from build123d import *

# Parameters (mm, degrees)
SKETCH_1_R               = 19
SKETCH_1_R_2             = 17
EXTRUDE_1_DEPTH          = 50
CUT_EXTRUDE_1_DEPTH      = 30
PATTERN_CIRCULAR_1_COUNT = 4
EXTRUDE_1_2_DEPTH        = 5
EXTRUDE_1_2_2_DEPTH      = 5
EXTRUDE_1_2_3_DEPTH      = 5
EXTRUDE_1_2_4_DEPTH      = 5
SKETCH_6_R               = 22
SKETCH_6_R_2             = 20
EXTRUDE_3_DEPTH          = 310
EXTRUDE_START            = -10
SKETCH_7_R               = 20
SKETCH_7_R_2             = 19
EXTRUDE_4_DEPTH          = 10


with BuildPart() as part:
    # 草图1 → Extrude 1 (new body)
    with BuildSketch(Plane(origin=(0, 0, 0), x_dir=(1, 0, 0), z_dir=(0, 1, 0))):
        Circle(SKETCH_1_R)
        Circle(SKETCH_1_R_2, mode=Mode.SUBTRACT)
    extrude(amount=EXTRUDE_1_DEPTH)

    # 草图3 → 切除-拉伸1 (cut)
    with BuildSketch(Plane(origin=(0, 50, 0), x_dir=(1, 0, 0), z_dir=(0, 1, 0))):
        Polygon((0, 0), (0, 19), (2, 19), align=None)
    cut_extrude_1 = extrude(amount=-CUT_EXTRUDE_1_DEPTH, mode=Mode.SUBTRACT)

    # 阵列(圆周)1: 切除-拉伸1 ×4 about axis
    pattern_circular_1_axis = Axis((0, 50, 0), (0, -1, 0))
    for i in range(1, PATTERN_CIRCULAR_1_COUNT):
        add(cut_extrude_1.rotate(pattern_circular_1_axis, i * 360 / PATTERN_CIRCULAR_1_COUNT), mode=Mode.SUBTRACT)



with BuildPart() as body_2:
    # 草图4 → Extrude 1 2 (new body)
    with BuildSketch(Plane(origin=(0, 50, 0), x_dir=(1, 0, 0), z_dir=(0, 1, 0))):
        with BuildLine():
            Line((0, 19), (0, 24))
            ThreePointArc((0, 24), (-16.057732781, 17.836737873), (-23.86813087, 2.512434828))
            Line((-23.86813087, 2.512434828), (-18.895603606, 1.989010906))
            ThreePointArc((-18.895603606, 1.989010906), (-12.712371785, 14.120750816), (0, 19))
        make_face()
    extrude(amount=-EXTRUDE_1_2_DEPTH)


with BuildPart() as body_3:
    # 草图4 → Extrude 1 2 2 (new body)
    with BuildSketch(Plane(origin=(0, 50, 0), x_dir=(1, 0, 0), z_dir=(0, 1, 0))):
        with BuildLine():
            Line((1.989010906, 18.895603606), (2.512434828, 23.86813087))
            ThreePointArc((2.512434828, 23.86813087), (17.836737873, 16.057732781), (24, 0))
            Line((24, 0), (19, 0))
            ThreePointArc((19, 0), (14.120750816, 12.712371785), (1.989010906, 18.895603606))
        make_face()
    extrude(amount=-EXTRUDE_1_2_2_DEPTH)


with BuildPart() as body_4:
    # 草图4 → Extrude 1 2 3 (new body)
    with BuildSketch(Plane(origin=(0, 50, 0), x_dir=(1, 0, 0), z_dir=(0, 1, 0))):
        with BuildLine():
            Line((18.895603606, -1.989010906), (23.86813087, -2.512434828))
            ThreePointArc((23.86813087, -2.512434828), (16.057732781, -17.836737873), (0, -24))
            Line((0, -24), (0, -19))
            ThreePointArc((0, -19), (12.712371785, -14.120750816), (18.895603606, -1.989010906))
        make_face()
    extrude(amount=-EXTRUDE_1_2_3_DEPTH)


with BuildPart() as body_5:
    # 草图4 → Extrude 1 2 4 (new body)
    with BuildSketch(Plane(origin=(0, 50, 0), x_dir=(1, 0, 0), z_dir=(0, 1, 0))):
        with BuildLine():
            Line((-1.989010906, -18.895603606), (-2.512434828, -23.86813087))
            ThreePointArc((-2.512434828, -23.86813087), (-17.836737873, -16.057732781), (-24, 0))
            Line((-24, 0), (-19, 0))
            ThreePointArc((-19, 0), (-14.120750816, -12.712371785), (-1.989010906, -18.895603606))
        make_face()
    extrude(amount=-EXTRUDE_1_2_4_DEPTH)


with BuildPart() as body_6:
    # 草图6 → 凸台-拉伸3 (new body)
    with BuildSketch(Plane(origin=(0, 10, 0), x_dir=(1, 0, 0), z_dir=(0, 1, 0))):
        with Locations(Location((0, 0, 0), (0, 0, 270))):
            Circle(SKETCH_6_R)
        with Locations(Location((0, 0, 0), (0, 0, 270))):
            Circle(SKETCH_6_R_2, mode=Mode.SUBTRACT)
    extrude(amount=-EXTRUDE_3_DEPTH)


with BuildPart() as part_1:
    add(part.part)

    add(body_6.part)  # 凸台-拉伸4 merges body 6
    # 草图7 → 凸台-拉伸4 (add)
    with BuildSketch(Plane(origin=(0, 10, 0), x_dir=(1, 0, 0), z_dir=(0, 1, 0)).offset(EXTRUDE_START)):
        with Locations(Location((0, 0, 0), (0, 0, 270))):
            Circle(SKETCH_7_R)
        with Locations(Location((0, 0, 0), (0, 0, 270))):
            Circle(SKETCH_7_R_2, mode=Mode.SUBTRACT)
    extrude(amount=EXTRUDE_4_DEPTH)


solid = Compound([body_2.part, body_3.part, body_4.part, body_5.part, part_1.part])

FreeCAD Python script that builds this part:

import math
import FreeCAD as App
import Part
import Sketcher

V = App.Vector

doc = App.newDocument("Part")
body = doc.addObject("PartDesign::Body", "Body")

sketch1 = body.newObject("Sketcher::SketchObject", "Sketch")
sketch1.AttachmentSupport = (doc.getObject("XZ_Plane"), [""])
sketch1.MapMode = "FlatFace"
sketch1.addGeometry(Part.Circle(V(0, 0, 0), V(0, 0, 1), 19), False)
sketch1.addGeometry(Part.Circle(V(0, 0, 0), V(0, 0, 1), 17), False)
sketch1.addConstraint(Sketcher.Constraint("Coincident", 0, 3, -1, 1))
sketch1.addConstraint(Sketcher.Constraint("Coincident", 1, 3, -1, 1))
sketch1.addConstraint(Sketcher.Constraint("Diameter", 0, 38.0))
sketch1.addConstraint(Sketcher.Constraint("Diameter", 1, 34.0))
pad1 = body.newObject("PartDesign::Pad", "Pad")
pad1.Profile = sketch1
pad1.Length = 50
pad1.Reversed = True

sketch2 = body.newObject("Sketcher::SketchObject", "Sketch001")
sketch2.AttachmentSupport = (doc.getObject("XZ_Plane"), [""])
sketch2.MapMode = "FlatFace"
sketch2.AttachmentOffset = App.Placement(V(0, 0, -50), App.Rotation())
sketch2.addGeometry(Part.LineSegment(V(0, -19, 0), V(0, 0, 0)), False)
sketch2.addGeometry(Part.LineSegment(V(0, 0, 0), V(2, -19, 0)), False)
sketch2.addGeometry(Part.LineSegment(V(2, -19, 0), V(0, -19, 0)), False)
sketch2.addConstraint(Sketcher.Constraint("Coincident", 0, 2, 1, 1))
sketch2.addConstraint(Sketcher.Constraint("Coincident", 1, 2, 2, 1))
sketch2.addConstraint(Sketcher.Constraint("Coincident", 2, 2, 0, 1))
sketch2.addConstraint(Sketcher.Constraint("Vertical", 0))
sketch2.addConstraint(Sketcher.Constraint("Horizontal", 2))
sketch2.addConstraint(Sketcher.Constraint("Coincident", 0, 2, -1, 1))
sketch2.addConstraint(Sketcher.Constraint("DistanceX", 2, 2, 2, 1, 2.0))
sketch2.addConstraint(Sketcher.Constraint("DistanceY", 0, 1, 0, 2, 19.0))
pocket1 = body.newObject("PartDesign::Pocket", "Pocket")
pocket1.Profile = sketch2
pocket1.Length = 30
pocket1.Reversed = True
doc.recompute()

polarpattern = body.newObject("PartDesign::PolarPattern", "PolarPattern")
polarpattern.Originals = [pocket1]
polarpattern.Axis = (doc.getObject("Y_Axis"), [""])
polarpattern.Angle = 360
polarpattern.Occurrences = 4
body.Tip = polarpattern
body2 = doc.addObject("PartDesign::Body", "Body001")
⁂
#### EXERCISE OBJECTIVE
Above are some lines. Repeat exactly, and only, those from the line that has "extrude(amount=EXTRUDE_4_DEPTH)" through the line that has "FreeCAD Python script".

#### RESPONSE AREA
    extrude(amount=EXTRUDE_4_DEPTH)


solid = Compound([body_2.part, body_3.part, body_4.part, body_5.part, part_1.part])

FreeCAD Python script that builds this part:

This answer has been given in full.